▶ _Exercise description_:
After finding the line with "EXTRUDE_2_DEPTH = 9" in the entries below, retype exactly each line from there through the line with "FreeCAD Python script", including that final line.

Stored entries
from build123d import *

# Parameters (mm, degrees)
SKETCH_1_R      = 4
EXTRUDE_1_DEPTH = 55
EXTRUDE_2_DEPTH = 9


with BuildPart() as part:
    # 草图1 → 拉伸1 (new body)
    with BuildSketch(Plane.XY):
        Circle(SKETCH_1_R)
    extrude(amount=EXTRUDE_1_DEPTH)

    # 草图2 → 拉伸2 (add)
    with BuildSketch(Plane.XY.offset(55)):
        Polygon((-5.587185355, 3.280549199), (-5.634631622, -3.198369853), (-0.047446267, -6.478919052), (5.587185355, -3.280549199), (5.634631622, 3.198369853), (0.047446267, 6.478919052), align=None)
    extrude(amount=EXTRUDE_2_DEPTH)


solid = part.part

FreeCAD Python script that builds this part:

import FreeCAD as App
import Part
import Sketcher

V = App.Vector
Q = App.Units.Quantity

doc = App.newDocument("Part")
body = doc.addObject("PartDesign::Body", "Body")

# Sketch on XY plane
sketch1 = body.newObject("Sketcher::SketchObject", "Sketch")
sketch1.AttachmentSupport = (doc.getObject("XY_Plane"), [""])
sketch1.MapMode = "FlatFace"
sketch1.addGeometry(Part.Circle(V(0, 0, 0), V(0, 0, 1), 4), False)
sketch1.addConstraint([
    Sketcher.Constraint("Coincident", 0, 3, -1, 1),
    Sketcher.Constraint("Diameter", 0, Q("8 mm")),
])
pad1 = body.newObject("PartDesign::Pad", "Pad")
pad1.Profile = sketch1
pad1.Length = 55

# Sketch on XY plane
sketch2 = body.newObject("Sketcher::SketchObject", "Sketch001")
sketch2.AttachmentSupport = (doc.getObject("XY_Plane"), [""])
sketch2.MapMode = "FlatFace"
sketch2.AttachmentOffset = App.Placement(V(0, 0, 55), App.Rotation())
sketch2.addGeometry([
    Part.LineSegment(V(-6, 3, 0), V(-6, -3, 0)),  # 0
    Part.LineSegment(V(-6, -3, 0), V(0, -6, 0)),  # 1
    Part.LineSegment(V(0, -6, 0), V(6, -3, 0)),  # 2
    Part.LineSegment(V(6, -3, 0), V(6, 3, 0)),  # 3
    Part.LineSegment(V(6, 3, 0), V(0, 6, 0)),  # 4
    Part.LineSegment(V(0, 6, 0), V(-6, 3, 0)),  # 5
], False)
sketch2.addConstraint([
    Sketcher.Constraint("Coincident", 0, 2, 1, 1),
    Sketcher.Constraint("Coincident", 1, 2, 2, 1),
    Sketcher.Constraint("Coincident", 2, 2, 3, 1),
    Sketcher.Constraint("Coincident", 3, 2, 4, 1),
    Sketcher.Constraint("Coincident", 4, 2, 5, 1),
    Sketcher.Constraint("Coincident", 5, 2, 0, 1),
    Sketcher.Constraint("Symmetric", 0, 2, 3, 2, -1, 1),
    Sketcher.Constraint("Symmetric", 1, 2, 4, 2, -1, 1),
    Sketcher.Constraint("Symmetric", 2, 2, 5, 2, -1, 1),
    Sketcher.Constraint("Equal", 0, 1),
    Sketcher.Constraint("Equal", 1, 2),
    Sketcher.Constraint("DistanceY", 2, 2, 5, 2, Q("6.561098 mm")),
    Sketcher.Constraint("DistanceX", 0, 2, -1, 1, Q("5.634632 mm")),
    Sketcher.Constraint("DistanceY", 0, 2, -1, 1, Q("3.19837 mm")),
    Sketcher.Constraint("DistanceY", 1, 2, -1, 1, Q("6.478919 mm")),
])
pad2 = body.newObject("PartDesign::Pad", "Pad001")
pad2.Profile = sketch2
pad2.Length = 9

doc.recompute()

▶ _Written solution_:
EXTRUDE_2_DEPTH = 9


with BuildPart() as part:
    # 草图1 → 拉伸1 (new body)
    with BuildSketch(Plane.XY):
        Circle(SKETCH_1_R)
    extrude(amount=EXTRUDE_1_DEPTH)

    # 草图2 → 拉伸2 (add)
    with BuildSketch(Plane.XY.offset(55)):
        Polygon((-5.587185355, 3.280549199), (-5.634631622, -3.198369853), (-0.047446267, -6.478919052), (5.587185355, -3.280549199), (5.634631622, 3.198369853), (0.047446267, 6.478919052), align=None)
    extrude(amount=EXTRUDE_2_DEPTH)


solid = part.part

FreeCAD Python script that builds this part:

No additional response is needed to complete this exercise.